• _Collected data_:
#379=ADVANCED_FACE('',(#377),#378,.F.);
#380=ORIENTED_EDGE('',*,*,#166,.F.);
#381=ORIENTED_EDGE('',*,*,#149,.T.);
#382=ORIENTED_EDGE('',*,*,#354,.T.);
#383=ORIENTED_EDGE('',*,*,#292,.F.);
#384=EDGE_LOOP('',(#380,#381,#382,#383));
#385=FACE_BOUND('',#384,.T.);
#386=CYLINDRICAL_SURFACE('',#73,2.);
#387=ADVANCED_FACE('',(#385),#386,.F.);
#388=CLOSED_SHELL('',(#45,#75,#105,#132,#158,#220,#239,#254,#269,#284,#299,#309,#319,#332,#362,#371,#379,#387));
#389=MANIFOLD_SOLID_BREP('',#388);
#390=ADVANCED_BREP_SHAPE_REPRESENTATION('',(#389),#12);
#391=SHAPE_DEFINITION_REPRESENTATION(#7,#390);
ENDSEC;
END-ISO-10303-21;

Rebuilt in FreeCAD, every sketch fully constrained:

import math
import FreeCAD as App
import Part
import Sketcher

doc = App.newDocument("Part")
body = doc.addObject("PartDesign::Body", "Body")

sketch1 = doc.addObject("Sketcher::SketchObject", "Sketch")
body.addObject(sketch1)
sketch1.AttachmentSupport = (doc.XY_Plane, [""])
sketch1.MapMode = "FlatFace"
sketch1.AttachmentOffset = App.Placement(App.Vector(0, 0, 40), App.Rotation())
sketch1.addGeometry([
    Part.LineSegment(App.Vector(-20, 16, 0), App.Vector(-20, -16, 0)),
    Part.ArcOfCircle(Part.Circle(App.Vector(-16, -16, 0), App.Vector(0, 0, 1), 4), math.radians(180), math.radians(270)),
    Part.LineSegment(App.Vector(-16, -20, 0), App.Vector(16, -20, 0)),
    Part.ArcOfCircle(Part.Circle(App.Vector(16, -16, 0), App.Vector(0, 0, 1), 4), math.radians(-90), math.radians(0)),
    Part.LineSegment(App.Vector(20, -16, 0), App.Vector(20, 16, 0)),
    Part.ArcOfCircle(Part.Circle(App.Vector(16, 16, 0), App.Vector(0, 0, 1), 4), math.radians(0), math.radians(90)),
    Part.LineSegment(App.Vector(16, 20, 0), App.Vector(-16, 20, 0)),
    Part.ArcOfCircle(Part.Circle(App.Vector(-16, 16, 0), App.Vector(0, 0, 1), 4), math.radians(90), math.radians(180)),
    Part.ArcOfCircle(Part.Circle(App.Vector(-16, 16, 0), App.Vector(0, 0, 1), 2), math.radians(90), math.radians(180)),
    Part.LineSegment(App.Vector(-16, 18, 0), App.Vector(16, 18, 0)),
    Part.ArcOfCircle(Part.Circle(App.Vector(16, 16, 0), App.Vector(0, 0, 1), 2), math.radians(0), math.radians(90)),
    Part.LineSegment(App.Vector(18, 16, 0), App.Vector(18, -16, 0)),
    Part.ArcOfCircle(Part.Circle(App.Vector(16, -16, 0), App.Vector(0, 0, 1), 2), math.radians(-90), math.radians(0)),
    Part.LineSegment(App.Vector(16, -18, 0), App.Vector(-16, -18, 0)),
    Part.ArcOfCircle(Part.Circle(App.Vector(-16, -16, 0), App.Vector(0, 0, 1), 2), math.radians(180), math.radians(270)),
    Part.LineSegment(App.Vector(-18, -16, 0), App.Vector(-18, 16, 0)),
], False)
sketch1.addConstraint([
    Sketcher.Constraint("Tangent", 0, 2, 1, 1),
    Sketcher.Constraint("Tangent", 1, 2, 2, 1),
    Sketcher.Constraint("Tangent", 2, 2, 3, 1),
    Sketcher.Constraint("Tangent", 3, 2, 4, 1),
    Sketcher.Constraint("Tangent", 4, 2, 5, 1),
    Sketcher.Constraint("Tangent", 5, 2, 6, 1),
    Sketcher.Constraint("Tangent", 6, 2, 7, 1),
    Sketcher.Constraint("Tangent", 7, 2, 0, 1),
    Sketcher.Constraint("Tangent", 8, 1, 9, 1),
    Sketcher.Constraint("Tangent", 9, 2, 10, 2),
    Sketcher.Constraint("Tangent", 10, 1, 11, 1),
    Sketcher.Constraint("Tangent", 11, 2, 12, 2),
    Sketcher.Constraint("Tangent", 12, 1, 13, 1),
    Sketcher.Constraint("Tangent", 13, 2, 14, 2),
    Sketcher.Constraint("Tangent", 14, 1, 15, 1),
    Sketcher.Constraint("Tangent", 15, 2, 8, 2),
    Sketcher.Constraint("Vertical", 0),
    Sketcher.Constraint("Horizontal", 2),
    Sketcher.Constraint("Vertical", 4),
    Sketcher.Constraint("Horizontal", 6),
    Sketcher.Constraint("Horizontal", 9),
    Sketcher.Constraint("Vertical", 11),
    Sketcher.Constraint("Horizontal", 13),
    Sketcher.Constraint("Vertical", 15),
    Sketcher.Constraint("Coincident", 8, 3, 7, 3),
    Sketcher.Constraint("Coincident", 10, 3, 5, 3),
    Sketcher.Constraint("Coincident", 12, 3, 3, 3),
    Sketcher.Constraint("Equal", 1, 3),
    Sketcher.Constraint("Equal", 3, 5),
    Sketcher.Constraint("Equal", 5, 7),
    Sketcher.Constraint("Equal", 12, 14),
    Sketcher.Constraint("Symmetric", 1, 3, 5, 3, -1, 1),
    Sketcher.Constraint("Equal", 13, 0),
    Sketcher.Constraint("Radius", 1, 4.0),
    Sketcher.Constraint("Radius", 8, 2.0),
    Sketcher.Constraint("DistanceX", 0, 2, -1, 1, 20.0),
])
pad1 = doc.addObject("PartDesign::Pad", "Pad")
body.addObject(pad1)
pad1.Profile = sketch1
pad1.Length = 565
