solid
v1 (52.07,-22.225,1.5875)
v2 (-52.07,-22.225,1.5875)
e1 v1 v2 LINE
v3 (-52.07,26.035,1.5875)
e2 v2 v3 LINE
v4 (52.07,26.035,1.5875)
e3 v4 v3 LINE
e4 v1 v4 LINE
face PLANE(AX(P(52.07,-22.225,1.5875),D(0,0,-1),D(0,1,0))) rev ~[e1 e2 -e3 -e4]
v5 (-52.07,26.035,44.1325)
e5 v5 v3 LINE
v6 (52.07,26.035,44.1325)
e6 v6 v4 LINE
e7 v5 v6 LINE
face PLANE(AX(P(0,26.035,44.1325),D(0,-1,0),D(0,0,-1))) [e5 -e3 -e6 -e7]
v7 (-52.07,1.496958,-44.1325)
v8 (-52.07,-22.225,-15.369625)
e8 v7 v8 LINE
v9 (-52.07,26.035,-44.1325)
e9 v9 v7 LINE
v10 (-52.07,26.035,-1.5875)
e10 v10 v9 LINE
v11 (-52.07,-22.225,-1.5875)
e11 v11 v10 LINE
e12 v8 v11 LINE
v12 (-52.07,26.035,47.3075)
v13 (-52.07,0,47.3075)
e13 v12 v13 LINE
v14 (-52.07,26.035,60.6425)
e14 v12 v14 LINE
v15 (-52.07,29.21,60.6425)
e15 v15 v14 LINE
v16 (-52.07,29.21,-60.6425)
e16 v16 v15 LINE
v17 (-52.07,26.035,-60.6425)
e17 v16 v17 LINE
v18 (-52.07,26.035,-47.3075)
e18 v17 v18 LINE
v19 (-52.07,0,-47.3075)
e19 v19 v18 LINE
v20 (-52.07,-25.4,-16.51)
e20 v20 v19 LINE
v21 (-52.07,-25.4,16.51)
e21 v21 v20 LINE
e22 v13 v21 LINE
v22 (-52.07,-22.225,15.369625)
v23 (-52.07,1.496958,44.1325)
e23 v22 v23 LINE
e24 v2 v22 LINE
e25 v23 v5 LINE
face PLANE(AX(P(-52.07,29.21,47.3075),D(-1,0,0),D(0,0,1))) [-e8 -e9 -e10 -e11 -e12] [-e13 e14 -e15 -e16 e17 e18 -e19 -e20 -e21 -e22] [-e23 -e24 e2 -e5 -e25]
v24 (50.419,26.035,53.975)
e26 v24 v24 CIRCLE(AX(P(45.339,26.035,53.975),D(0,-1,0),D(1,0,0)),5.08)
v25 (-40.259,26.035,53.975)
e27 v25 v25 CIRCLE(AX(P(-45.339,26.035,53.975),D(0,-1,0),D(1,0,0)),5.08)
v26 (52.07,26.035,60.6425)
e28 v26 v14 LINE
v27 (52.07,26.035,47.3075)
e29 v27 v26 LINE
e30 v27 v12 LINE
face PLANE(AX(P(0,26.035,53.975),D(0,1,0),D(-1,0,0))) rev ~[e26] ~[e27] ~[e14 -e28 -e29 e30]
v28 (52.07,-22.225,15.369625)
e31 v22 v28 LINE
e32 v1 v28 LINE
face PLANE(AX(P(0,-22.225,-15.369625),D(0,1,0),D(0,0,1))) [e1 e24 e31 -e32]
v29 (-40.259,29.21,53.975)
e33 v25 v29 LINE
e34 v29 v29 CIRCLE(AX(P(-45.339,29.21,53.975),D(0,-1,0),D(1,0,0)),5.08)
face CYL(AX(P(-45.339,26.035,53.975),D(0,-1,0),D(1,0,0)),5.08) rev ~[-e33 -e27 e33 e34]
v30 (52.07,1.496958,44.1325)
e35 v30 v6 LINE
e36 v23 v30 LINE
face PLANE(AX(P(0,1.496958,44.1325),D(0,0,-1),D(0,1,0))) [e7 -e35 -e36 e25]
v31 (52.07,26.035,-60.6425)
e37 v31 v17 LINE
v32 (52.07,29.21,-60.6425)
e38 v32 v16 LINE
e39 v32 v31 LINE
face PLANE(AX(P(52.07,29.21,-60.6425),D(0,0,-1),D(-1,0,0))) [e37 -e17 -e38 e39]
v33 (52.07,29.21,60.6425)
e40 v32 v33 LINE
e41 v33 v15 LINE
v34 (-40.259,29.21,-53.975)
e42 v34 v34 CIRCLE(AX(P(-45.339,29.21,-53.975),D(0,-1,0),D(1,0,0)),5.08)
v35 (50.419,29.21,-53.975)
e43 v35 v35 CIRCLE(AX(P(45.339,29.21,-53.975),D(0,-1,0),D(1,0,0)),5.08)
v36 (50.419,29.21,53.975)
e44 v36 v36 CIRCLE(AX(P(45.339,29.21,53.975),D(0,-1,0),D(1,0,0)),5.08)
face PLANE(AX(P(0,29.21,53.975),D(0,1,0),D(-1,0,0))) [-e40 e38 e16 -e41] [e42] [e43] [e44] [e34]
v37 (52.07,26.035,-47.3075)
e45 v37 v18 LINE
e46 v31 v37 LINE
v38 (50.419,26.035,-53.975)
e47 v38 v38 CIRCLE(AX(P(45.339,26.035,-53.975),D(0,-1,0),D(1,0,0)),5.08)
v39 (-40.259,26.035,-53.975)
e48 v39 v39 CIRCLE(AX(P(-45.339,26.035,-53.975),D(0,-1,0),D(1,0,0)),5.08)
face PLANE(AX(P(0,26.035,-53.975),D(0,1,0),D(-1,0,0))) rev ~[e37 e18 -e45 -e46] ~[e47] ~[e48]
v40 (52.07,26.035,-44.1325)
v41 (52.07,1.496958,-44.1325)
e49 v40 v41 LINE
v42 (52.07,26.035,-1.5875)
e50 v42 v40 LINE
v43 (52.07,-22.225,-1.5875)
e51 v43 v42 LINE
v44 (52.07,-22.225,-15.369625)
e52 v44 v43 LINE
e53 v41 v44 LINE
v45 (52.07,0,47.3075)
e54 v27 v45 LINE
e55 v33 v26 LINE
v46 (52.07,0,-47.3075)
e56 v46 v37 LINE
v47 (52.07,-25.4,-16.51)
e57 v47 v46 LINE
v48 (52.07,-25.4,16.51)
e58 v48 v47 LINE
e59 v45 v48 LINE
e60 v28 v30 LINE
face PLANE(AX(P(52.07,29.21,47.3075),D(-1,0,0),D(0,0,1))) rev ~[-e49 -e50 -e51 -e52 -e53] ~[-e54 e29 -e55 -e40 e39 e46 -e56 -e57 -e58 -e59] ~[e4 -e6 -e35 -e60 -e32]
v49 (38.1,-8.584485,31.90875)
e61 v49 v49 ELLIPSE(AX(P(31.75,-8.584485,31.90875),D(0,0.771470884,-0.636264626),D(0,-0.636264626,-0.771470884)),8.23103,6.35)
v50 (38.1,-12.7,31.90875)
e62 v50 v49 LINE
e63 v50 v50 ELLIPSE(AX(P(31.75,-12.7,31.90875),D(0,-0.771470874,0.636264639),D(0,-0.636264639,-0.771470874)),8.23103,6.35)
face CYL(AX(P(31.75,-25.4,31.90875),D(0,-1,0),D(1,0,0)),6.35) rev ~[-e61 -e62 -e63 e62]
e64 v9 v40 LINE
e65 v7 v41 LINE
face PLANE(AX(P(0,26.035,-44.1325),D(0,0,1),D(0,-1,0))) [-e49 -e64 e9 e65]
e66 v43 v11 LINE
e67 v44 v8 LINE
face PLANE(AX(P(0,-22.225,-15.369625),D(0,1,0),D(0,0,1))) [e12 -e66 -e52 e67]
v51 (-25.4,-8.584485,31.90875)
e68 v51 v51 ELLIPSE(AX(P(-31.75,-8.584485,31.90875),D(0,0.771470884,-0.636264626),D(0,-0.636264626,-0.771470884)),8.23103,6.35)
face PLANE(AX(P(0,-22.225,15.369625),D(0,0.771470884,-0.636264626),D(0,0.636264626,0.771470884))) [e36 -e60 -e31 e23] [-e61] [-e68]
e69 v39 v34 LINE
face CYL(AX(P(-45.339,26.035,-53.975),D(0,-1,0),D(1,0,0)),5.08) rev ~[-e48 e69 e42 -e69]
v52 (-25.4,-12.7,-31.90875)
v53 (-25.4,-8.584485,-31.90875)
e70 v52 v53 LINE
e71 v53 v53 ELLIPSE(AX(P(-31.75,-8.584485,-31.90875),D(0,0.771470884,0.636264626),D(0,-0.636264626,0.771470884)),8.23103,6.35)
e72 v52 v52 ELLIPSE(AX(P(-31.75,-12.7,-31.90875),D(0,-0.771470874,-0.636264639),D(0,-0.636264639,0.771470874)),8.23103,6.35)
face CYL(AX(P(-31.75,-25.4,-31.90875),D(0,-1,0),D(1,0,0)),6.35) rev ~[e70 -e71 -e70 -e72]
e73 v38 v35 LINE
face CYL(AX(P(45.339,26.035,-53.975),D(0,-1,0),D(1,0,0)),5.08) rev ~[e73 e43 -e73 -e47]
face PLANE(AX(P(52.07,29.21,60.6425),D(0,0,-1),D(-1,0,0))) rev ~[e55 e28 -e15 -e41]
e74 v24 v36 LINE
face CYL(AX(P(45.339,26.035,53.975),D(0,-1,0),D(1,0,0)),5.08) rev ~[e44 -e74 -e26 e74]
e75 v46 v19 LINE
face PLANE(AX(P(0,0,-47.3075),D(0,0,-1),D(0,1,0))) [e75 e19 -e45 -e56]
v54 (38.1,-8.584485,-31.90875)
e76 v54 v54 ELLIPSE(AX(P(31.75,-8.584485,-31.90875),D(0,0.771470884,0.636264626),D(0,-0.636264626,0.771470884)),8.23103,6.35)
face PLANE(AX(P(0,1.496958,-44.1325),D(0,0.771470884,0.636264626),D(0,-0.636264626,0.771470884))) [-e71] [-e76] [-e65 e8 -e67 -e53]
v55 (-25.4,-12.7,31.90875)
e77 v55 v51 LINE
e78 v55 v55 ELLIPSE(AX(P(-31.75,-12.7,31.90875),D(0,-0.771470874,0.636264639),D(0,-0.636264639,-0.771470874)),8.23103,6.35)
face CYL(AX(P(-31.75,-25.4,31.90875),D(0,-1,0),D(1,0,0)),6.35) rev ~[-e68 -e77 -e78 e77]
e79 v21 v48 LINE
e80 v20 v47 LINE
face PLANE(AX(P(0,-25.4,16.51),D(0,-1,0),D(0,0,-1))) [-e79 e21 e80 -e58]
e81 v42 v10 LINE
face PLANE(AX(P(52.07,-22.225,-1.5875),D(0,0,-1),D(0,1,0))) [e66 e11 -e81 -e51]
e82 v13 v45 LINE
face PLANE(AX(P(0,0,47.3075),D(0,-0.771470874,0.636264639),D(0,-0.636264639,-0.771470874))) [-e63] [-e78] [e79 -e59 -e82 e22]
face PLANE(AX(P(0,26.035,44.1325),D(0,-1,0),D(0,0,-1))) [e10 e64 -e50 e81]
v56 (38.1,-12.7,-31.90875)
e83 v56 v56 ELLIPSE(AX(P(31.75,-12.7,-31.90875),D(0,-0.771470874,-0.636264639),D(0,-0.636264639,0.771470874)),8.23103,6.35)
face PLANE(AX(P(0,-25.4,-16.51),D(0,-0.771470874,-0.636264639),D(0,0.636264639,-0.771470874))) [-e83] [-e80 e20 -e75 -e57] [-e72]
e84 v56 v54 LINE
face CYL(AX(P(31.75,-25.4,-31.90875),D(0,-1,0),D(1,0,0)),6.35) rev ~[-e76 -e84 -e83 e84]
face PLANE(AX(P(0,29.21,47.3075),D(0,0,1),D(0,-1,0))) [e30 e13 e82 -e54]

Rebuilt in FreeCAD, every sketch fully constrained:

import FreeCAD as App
import Part
import Sketcher
Q = App.Units.Quantity


def add_polygon(sketch, points):
    """Adds a closed chain of lines whose ends are joined by coincident constraints."""
    first, n = sketch.GeometryCount, len(points)
    for a, b in zip(points, points[1:] + points[:1]):
        sketch.addGeometry(Part.LineSegment(App.Vector(*a, 0), App.Vector(*b, 0)), False)
    for i in range(n):
        sketch.addConstraint(Sketcher.Constraint("Coincident", first + i, 2, first + (i + 1) % n, 1))

doc = App.newDocument("Part")
body = doc.addObject("PartDesign::Body", "Body")

sketch1 = body.newObject("Sketcher::SketchObject", "Sketch")
sketch1.AttachmentSupport = (doc.getObject("YZ_Plane"), [""])
sketch1.MapMode = "FlatFace"
add_polygon(sketch1, [(29, 47), (0, 47), (-25, 17), (-25, -17), (0, -47), (29, -47)])
add_polygon(sketch1, [(-22, -15), (-22, 15), (1, 44), (26, 44), (26, -44), (1, -44)])
sketch1.addConstraint([
    Sketcher.Constraint("Horizontal", 0),
    Sketcher.Constraint("Vertical", 2),
    Sketcher.Constraint("Horizontal", 4),
    Sketcher.Constraint("Vertical", 5),
    Sketcher.Constraint("Vertical", 6),
    Sketcher.Constraint("Horizontal", 8),
    Sketcher.Constraint("Vertical", 9),
    Sketcher.Constraint("Horizontal", 10),
    Sketcher.Constraint("Symmetric", 0, 2, 3, 2, -1, 1),
    Sketcher.Constraint("Symmetric", 7, 2, 10, 2, -1),
    Sketcher.Constraint("PointOnObject", 0, 2, -2),
    Sketcher.Constraint("Parallel", 1, 7),
    Sketcher.Constraint("Parallel", 3, 11),
    Sketcher.Constraint("Equal", 1, 3),
    Sketcher.Constraint("DistanceY", 2, 2, 2, 1, Q("1.3 in")),
    Sketcher.Constraint("DistanceX", 1, 2, -1, 1, Q("1 in")),
    Sketcher.Constraint("DistanceX", 0, 2, 0, 1, Q("1.15 in")),
    Sketcher.Constraint("DistanceX", 6, 2, 8, 2, Q("1.9 in")),
    Sketcher.Constraint("DistanceY", 5, 1, 5, 2, Q("3.725 in")),
    Sketcher.Constraint("DistanceY", 9, 2, 9, 1, Q("3.475 in")),
    Sketcher.Constraint("DistanceX", 6, 2, -1, 1, Q("0.875 in")),
    Sketcher.Constraint("DistanceY", 6, 1, 6, 2, Q("30.73925 mm")),
])
pad1 = body.newObject("PartDesign::Pad", "Pad")
pad1.Profile = sketch1
pad1.Type = "TwoLengths"
pad1.Length = Q("2.05 in")
pad1.Length2 = Q("2.05 in")

sketch2 = body.newObject("Sketcher::SketchObject", "Sketch001")
sketch2.AttachmentSupport = (doc.getObject("YZ_Plane"), [""])
sketch2.MapMode = "FlatFace"
sketch2.AttachmentOffset = App.Placement(App.Vector(0, 0, 2.05 * 25.4), App.Rotation())
add_polygon(sketch2, [(-22.2, 1.6), (-22.2, -1.6), (26, -1.6), (26, 1.6)])
sketch2.addConstraint([
    Sketcher.Constraint("Vertical", 0),
    Sketcher.Constraint("Horizontal", 1),
    Sketcher.Constraint("Vertical", 2),
    Sketcher.Constraint("Horizontal", 3),
    Sketcher.Constraint("DistanceX", 1, 1, 1, 2, Q("1.9 in")),
    Sketcher.Constraint("DistanceY", 0, 2, 0, 1, Q("0.125 in")),
    Sketcher.Constraint("DistanceX", 0, 2, -1, 1, Q("0.875 in")),
    Sketcher.Constraint("DistanceY", 0, 2, -1, 1, Q("0.0625 in")),
])
pad2 = body.newObject("PartDesign::Pad", "Pad001")
pad2.Profile = sketch2
pad2.Length = Q("4.1 in")
pad2.Reversed = True

sketch3 = body.newObject("Sketcher::SketchObject", "Sketch002")
sketch3.AttachmentSupport = (doc.getObject("XZ_Plane"), [""])
sketch3.MapMode = "FlatFace"
sketch3.AttachmentOffset = App.Placement(App.Vector(0, 0, -1.15 * 25.4), App.Rotation())
add_polygon(sketch3, [(52, 61), (52, 47), (-52, 47), (-52, 61)])
add_polygon(sketch3, [(52, -47), (52, -61), (-52, -61), (-52, -47)])
sketch3.addConstraint([
    Sketcher.Constraint("Vertical", 0),
    Sketcher.Constraint("Horizontal", 1),
    Sketcher.Constraint("Vertical", 2),
    Sketcher.Constraint("Horizontal", 3),
    Sketcher.Constraint("Vertical", 4),
    Sketcher.Constraint("Horizontal", 5),
    Sketcher.Constraint("Vertical", 6),
    Sketcher.Constraint("Horizontal", 7),
    Sketcher.Constraint("Symmetric", 2, 2, 4, 2, -1, 1),
    Sketcher.Constraint("Symmetric", 0, 2, 6, 2, -1, 1),
    Sketcher.Constraint("Vertical", 3, 2, 4, 2),
    Sketcher.Constraint("DistanceX", 1, 2, 1, 1, Q("4.1 in")),
    Sketcher.Constraint("DistanceY", 0, 2, 0, 1, Q("0.525 in")),
    Sketcher.Constraint("DistanceY", 4, 2, 0, 2, Q("4.25 in")),
])
pad3 = body.newObject("PartDesign::Pad", "Pad002")
pad3.Profile = sketch3
pad3.Length = Q("0.125 in")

• _Work item_: All that should be written out is the stretch of lines above between the one holding "e46 v31 v37 LINE" and the one holding "e64 v9 v40 LINE", inclusive, exactly as given.

• _Exercise response_:
e46 v31 v37 LINE
v38 (50.419,26.035,-53.975)
e47 v38 v38 CIRCLE(AX(P(45.339,26.035,-53.975),D(0,-1,0),D(1,0,0)),5.08)
v39 (-40.259,26.035,-53.975)
e48 v39 v39 CIRCLE(AX(P(-45.339,26.035,-53.975),D(0,-1,0),D(1,0,0)),5.08)
face PLANE(AX(P(0,26.035,-53.975),D(0,1,0),D(-1,0,0))) rev ~[e37 e18 -e45 -e46] ~[e47] ~[e48]
v40 (52.07,26.035,-44.1325)
v41 (52.07,1.496958,-44.1325)
e49 v40 v41 LINE
v42 (52.07,26.035,-1.5875)
e50 v42 v40 LINE
v43 (52.07,-22.225,-1.5875)
e51 v43 v42 LINE
v44 (52.07,-22.225,-15.369625)
e52 v44 v43 LINE
e53 v41 v44 LINE
v45 (52.07,0,47.3075)
e54 v27 v45 LINE
e55 v33 v26 LINE
v46 (52.07,0,-47.3075)
e56 v46 v37 LINE
v47 (52.07,-25.4,-16.51)
e57 v47 v46 LINE
v48 (52.07,-25.4,16.51)
e58 v48 v47 LINE
e59 v45 v48 LINE
e60 v28 v30 LINE
face PLANE(AX(P(52.07,29.21,47.3075),D(-1,0,0),D(0,0,1))) rev ~[-e49 -e50 -e51 -e52 -e53] ~[-e54 e29 -e55 -e40 e39 e46 -e56 -e57 -e58 -e59] ~[e4 -e6 -e35 -e60 -e32]
v49 (38.1,-8.584485,31.90875)
e61 v49 v49 ELLIPSE(AX(P(31.75,-8.584485,31.90875),D(0,0.771470884,-0.636264626),D(0,-0.636264626,-0.771470884)),8.23103,6.35)
v50 (38.1,-12.7,31.90875)
e62 v50 v49 LINE
e63 v50 v50 ELLIPSE(AX(P(31.75,-12.7,31.90875),D(0,-0.771470874,0.636264639),D(0,-0.636264639,-0.771470874)),8.23103,6.35)
face CYL(AX(P(31.75,-25.4,31.90875),D(0,-1,0),D(1,0,0)),6.35) rev ~[-e61 -e62 -e63 e62]
e64 v9 v40 LINE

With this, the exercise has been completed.